Se considerarmos que cada pessoa mantém consigo mesma relações íntima de apego e admiração e mesmo de conflitos, consciente e inconscientemente, que tem em si um mundo imaginativo e fenomênico interno, sujeito a influências involuntárias internas e de fatores externos, podemos afirmar, de algum modo, que é este grupamento social interno que pode, sob certa perspectiva, dar solidariedade e firmamento, isto é, alicerce humano, para os grupamentos dos quais faz parte o indivíduo, até a comunidade mor, a humanidade. Aparentemente, não há como resolver essa problemática sem tentar resolver o problema da consciência de si, da autorreflexão, das reflexões reflexivas. O indivíduo precisa tornar-se sujeito da razão e não apenas sujeito de si.

O sujeito da razão é aquele capaz de intimamente e socialmente reconhecer-se como parte dessa comunidade mor par excellence e também reconhecer todo ser humano como parte dessa mesma comunidade. A passagem de "sujeito de si" para "sujeito da razão" é um dos primeiros passos do processo civilizatório. A categoria "ser racional" funda-se nessa perspectiva de que cada indivíduo é dotado de razão e age sob os seus ditames. Portanto, ser racional é, de algum modo, reconhecer no outro a sua humanidade inviolável e inafastável.

Somente a razão pode, neste sentido, ser capaz de oferecer um aparato de reflexões acerca do que não fazer e do que fazer. A razão condena veementemente quaisquer tipos de violações à categoria humanidade, logo ela repudia instrumentalizar o outro, retirar do outro a sua dignidade, a sua humanidade.

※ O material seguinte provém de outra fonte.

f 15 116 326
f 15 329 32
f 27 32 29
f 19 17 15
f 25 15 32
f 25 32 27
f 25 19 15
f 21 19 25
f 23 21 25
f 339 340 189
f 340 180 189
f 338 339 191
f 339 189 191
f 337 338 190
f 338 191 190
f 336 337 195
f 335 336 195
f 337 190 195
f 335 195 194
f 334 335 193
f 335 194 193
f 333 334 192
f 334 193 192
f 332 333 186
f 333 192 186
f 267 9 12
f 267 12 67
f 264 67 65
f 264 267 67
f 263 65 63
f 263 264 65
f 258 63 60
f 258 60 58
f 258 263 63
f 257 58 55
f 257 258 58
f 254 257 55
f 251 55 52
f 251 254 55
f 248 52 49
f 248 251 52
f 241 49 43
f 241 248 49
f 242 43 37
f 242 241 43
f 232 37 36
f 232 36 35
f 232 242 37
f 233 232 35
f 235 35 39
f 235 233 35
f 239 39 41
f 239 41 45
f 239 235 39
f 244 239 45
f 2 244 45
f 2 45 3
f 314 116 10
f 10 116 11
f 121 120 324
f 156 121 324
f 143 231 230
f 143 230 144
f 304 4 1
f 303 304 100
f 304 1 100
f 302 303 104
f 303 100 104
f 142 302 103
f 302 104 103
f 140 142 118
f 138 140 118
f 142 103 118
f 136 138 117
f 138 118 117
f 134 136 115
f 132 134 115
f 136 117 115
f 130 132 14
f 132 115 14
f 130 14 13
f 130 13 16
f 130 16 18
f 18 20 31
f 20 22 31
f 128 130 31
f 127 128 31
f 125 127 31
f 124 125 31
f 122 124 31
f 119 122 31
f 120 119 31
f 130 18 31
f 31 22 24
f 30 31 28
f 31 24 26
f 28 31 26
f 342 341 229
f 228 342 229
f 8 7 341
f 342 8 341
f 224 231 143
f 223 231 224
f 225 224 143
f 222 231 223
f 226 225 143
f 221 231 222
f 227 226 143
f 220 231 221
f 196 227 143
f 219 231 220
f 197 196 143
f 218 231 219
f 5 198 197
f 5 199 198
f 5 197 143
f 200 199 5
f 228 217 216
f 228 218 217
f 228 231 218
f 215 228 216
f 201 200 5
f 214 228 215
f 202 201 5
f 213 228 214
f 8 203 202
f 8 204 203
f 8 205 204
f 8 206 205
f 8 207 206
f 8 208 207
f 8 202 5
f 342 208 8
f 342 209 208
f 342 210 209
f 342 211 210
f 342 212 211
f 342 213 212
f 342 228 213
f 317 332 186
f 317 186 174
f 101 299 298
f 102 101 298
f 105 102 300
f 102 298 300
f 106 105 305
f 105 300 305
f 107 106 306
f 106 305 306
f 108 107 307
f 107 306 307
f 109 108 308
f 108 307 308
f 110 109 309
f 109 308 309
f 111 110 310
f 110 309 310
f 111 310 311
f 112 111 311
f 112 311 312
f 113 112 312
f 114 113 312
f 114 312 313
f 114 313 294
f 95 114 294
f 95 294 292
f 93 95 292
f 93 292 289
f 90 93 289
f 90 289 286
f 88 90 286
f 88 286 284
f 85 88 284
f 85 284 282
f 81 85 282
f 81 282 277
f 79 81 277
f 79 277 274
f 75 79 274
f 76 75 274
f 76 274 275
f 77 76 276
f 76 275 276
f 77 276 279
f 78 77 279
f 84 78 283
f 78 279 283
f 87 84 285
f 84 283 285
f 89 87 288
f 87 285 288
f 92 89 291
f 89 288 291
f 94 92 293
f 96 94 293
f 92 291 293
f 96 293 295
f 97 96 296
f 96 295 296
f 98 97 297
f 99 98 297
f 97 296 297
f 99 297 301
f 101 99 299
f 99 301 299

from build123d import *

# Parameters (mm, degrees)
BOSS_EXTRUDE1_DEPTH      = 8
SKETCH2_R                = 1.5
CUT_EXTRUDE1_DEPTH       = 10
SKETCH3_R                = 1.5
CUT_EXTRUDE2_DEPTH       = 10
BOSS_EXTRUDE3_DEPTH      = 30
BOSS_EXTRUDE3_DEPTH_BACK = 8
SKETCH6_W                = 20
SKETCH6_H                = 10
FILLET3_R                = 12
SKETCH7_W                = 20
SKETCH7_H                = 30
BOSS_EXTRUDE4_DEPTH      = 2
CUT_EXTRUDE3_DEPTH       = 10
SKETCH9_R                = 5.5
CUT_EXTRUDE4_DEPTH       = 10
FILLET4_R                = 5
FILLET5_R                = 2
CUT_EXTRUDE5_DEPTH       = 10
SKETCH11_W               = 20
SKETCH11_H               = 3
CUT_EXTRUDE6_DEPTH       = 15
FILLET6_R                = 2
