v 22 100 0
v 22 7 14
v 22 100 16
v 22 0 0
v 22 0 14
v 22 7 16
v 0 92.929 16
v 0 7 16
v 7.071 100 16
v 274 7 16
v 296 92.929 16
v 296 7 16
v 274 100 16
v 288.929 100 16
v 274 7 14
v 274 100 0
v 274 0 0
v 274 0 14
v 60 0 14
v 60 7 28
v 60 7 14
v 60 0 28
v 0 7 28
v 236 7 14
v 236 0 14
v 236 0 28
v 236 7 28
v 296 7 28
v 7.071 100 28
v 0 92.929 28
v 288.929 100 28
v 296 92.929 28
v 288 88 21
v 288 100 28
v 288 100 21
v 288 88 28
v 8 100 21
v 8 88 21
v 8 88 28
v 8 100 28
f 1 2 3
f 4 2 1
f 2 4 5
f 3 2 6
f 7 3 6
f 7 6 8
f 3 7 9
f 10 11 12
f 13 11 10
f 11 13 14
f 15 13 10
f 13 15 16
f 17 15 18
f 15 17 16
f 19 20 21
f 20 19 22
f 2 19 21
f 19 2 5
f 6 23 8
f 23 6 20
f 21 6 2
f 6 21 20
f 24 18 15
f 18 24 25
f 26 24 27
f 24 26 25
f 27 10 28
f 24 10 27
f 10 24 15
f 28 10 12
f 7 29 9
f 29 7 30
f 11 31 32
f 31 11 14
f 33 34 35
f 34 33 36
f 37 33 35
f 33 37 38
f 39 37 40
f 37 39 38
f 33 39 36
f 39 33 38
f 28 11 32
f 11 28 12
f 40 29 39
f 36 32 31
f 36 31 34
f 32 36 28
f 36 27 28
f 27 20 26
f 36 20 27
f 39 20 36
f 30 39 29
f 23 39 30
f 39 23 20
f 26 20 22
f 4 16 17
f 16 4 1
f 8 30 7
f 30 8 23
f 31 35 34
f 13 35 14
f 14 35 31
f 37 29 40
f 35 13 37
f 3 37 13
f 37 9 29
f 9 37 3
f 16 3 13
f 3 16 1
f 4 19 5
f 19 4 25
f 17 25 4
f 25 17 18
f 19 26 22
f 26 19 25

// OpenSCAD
include <../src/wardrobe.scad>;
plank_yx_side_bottom();
//github_openscad -o wardrobe_2/plank_yx_side_bottom.stl -D wardrobe_n=2 -D cutting_edge=0 -D break_view_length=0 wardrobe_2/plank_yx_side_bottom_stl.scad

Rever atos, refletir sobre os próprios atos, sujeitar-se à crítica, pedir desculpas, ter arrependimentos, sentir vergonha, ter medo de também ser instrumentalizado, temor a ser excluído da comunidade humana, controle das pulsões e paixões bárbaras desmedidas, controle sobre ódios, iras e preconceitos, controle sobre o desejo cego de vingança, controle sobre a Wille zur Macht, dar-se in totum ao amor, perdoar, promover catarses internas e externas, etc e tal, são alguns dos aparatos dos quais a razão, em sua plenitude, pode dispor para evitar que a humanidade seja lesada enquanto humanidade. A problemática de "como resolver isso consigo mesmo" amalgama-se, também, por este tópico.